- What is expected
Please reproduce exactly the lines from the start of the records through the one containing "#9=(NAMED_UNIT(*)PLANE_ANGLE_UNIT()SI_UNIT($,.RADIAN.));", and nothing more.

- Material provided

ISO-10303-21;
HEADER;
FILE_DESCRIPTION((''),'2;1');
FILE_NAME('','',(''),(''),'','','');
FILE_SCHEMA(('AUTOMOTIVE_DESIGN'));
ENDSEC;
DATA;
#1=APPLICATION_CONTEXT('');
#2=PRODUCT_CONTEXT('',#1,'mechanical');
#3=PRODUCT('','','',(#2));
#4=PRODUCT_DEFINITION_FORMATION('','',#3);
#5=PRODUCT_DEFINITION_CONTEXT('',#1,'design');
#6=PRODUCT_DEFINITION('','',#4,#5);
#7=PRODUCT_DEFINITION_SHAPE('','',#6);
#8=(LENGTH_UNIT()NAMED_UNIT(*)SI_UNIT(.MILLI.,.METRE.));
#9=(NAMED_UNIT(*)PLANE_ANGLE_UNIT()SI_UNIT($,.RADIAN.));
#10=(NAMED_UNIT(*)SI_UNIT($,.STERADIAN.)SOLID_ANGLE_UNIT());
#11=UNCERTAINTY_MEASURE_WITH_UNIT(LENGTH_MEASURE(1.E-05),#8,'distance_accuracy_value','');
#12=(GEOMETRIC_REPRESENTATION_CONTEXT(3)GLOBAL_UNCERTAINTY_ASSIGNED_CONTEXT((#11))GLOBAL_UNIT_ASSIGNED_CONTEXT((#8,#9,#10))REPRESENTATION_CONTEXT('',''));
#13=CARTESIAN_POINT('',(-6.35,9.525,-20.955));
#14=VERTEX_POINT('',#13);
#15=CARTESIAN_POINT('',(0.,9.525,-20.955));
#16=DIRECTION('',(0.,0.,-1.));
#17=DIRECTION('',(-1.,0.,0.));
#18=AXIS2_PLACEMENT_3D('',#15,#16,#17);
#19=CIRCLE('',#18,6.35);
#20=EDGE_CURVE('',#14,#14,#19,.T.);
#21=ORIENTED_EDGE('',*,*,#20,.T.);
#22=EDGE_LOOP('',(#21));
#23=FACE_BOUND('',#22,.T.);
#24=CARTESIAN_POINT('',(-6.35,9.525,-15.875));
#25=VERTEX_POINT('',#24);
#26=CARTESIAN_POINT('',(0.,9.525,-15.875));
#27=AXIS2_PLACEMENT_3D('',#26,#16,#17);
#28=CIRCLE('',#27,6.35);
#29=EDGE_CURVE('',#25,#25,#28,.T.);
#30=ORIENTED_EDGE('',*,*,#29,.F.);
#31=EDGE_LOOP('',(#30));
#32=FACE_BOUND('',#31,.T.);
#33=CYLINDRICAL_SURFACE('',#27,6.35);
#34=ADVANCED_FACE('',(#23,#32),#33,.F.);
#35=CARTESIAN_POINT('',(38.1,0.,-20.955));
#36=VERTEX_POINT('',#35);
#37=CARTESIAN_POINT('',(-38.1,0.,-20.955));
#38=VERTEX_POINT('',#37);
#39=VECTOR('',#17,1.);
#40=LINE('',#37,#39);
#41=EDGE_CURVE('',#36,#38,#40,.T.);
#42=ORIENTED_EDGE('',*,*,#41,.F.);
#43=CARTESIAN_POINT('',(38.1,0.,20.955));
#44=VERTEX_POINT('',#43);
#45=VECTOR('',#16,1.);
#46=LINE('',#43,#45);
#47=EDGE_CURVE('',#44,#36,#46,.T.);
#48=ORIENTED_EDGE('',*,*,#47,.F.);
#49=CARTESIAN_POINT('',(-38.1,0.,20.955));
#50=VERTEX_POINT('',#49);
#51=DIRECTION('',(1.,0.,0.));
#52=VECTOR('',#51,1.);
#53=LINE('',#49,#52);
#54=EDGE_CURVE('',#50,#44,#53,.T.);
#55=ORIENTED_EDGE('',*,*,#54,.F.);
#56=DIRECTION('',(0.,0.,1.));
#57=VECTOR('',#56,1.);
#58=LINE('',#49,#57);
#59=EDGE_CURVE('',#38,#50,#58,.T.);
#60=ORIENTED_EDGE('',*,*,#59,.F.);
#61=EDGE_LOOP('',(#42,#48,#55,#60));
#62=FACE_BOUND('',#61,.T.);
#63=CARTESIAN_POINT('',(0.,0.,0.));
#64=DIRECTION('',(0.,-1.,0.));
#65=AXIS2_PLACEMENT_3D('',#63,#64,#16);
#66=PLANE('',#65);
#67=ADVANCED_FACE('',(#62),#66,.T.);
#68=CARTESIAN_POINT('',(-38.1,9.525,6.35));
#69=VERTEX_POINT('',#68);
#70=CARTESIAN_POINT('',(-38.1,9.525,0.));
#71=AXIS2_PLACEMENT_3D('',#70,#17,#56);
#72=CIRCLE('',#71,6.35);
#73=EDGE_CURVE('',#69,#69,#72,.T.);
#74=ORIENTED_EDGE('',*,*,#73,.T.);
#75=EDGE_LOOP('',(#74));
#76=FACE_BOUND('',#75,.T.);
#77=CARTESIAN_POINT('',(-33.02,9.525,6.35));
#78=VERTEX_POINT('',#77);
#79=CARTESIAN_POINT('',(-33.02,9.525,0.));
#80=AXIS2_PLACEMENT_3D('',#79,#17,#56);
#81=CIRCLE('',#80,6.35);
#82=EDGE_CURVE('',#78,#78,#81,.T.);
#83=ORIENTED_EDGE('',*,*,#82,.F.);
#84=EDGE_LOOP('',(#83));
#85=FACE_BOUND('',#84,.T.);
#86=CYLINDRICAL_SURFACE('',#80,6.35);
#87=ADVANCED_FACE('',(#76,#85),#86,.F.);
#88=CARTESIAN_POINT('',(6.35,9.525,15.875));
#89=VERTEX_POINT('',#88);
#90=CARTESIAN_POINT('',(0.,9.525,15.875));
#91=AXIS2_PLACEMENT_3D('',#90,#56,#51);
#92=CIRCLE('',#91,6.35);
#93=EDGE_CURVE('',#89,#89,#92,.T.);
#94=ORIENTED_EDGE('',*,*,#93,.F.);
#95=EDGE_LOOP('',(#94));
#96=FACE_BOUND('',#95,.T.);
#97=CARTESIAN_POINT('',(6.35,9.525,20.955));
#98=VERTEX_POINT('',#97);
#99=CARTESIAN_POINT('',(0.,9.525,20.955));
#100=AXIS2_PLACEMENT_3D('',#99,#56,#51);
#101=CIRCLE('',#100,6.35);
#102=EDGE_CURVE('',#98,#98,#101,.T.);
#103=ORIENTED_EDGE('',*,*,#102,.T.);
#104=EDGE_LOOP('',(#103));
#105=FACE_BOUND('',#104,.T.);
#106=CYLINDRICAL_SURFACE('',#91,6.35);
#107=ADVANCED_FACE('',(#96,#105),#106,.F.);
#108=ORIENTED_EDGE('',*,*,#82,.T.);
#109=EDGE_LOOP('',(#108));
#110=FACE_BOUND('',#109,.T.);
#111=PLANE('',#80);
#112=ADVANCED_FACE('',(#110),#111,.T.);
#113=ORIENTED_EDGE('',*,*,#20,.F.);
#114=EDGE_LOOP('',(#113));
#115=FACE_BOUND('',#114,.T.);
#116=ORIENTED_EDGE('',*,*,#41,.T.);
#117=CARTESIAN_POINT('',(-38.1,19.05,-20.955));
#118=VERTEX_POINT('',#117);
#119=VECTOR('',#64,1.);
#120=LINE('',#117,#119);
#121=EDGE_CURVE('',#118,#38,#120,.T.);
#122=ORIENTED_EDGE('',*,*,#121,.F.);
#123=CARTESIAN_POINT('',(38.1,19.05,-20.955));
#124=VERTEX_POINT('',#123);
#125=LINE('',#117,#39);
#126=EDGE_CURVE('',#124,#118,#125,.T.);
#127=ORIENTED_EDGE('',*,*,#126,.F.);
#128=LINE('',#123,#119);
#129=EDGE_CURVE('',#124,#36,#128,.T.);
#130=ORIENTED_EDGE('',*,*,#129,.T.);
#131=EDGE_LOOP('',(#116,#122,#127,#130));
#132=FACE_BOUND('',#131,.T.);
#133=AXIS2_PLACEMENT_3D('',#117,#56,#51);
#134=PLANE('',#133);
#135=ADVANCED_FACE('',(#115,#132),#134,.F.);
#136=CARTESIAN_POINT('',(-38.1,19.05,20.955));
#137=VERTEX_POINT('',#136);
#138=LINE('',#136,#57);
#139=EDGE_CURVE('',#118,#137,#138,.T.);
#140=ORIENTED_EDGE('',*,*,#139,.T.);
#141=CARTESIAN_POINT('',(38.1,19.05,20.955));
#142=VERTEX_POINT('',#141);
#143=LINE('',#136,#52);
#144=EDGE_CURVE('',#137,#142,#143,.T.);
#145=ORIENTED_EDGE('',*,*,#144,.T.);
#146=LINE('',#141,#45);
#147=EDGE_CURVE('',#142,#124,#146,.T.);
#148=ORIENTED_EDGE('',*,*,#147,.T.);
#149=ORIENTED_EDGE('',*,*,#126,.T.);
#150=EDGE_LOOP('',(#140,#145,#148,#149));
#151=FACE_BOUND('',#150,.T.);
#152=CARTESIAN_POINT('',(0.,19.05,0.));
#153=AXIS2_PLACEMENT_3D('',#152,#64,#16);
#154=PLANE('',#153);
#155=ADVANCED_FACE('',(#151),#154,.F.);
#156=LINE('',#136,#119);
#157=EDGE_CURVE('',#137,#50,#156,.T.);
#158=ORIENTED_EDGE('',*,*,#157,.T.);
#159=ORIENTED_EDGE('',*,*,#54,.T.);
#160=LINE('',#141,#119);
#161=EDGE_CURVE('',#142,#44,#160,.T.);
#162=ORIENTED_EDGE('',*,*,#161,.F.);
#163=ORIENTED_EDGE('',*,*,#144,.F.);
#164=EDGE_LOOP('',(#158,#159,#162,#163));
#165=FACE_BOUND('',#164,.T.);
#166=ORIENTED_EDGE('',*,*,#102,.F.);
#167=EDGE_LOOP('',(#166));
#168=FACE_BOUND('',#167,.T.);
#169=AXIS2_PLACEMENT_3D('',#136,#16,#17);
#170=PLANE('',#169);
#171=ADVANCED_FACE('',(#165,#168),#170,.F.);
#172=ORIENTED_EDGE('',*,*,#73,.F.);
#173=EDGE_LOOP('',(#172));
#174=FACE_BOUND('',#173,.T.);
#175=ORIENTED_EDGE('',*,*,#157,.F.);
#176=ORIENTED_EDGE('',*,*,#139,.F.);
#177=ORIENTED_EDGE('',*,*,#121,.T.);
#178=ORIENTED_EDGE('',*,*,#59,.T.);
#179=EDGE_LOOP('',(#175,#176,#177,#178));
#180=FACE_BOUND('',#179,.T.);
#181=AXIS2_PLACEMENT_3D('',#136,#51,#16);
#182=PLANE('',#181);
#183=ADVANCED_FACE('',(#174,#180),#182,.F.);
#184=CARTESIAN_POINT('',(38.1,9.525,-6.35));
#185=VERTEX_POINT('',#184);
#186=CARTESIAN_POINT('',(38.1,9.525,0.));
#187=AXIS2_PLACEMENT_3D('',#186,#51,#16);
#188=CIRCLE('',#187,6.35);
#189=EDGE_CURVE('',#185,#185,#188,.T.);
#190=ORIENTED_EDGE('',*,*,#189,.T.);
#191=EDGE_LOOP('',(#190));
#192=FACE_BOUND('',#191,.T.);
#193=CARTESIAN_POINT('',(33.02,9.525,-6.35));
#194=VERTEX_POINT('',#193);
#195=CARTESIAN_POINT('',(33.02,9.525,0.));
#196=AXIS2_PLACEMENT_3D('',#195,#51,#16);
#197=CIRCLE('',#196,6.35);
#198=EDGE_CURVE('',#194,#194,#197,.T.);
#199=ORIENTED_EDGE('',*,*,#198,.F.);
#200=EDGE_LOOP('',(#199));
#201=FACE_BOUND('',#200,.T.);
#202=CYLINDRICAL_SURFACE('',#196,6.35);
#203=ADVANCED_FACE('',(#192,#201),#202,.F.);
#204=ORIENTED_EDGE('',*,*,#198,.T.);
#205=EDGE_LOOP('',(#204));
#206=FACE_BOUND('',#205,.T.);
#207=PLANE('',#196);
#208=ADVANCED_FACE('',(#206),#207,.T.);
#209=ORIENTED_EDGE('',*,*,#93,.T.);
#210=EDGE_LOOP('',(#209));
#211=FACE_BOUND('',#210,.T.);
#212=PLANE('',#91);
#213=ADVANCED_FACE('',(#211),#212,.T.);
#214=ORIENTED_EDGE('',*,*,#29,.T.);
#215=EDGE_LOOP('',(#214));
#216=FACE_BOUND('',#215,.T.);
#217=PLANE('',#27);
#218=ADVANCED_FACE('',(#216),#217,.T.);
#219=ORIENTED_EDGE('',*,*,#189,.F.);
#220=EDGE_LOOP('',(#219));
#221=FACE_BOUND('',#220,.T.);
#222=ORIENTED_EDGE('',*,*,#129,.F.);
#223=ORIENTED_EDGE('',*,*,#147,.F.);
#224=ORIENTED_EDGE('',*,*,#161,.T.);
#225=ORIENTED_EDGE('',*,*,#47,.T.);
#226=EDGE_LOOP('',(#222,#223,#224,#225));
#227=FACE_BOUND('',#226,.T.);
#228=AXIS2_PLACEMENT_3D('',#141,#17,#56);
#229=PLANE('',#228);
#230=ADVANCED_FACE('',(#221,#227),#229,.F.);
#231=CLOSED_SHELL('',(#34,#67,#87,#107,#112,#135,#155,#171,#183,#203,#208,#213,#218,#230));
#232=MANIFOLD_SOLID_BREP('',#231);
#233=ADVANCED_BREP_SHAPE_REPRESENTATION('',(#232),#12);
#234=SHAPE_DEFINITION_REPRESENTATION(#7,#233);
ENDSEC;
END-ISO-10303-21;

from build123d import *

# Parameters (mm, degrees)
SKETCH1_W           = 76.2
SKETCH1_H           = 41.91
BOSS_EXTRUDE1_DEPTH = 19.05
SKETCH5_R           = 6.35
CUT_EXTRUDE1_DEPTH  = 5.08
SKETCH2_R           = 6.35
CUT_EXTRUDE2_DEPTH  = 5.08
CUT_EXTRUDE3_START  = -5.08
SKETCH3_R           = 6.35
CUT_EXTRUDE3_DEPTH  = 5.08
CUT_EXTRUDE4_START  = -5.08
SKETCH4_R           = 6.35
CUT_EXTRUDE4_DEPTH  = 5.08


with BuildPart() as part:
    # Sketch1 → Boss-Extrude1 (new body)
    with BuildSketch(Plane(origin=(0, 0, 0), x_dir=(1, 0, 0), z_dir=(0, 1, 0))):
        Rectangle(SKETCH1_W, SKETCH1_H)
    extrude(amount=BOSS_EXTRUDE1_DEPTH)

    # Sketch5 → Cut-Extrude1 (cut)
    with BuildSketch(Plane(origin=(38.1, 0, 0), x_dir=(0, 0, -1), z_dir=(1, 0, 0))):
        with Locations((0, 9.525)):
            Circle(SKETCH5_R)
    extrude(amount=-CUT_EXTRUDE1_DEPTH, mode=Mode.SUBTRACT)

    # Sketch2 → Cut-Extrude2 (cut)
    with BuildSketch(Plane.XY.offset(20.955)):
        with Locations((0, 9.525)):
            Circle(SKETCH2_R)
    extrude(amount=-CUT_EXTRUDE2_DEPTH, mode=Mode.SUBTRACT)

    # Sketch3 → Cut-Extrude3 (cut)
    with BuildSketch(Plane(origin=(0, 0, -20.955), x_dir=(-1, 0, 0), z_dir=(0, 0, -1)).offset(CUT_EXTRUDE3_START)):
        with Locations(Location((0, 9.525, 0), (0, 0, 180))):
            Circle(SKETCH3_R)
    extrude(amount=CUT_EXTRUDE3_DEPTH, mode=Mode.SUBTRACT)

    # Sketch4 → Cut-Extrude4 (cut)
    with BuildSketch(Plane.ZY.offset(38.1).offset(CUT_EXTRUDE4_START)):
        with Locations(Location((0, 9.525, 0), (0, 0, 180))):
            Circle(SKETCH4_R)
    extrude(amount=CUT_EXTRUDE4_DEPTH, mode=Mode.SUBTRACT)


solid = part.part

- Solution to the exercise
ISO-10303-21;
HEADER;
FILE_DESCRIPTION((''),'2;1');
FILE_NAME('','',(''),(''),'','','');
FILE_SCHEMA(('AUTOMOTIVE_DESIGN'));
ENDSEC;
DATA;
#1=APPLICATION_CONTEXT('');
#2=PRODUCT_CONTEXT('',#1,'mechanical');
#3=PRODUCT('','','',(#2));
#4=PRODUCT_DEFINITION_FORMATION('','',#3);
#5=PRODUCT_DEFINITION_CONTEXT('',#1,'design');
#6=PRODUCT_DEFINITION('','',#4,#5);
#7=PRODUCT_DEFINITION_SHAPE('','',#6);
#8=(LENGTH_UNIT()NAMED_UNIT(*)SI_UNIT(.MILLI.,.METRE.));
#9=(NAMED_UNIT(*)PLANE_ANGLE_UNIT()SI_UNIT($,.RADIAN.));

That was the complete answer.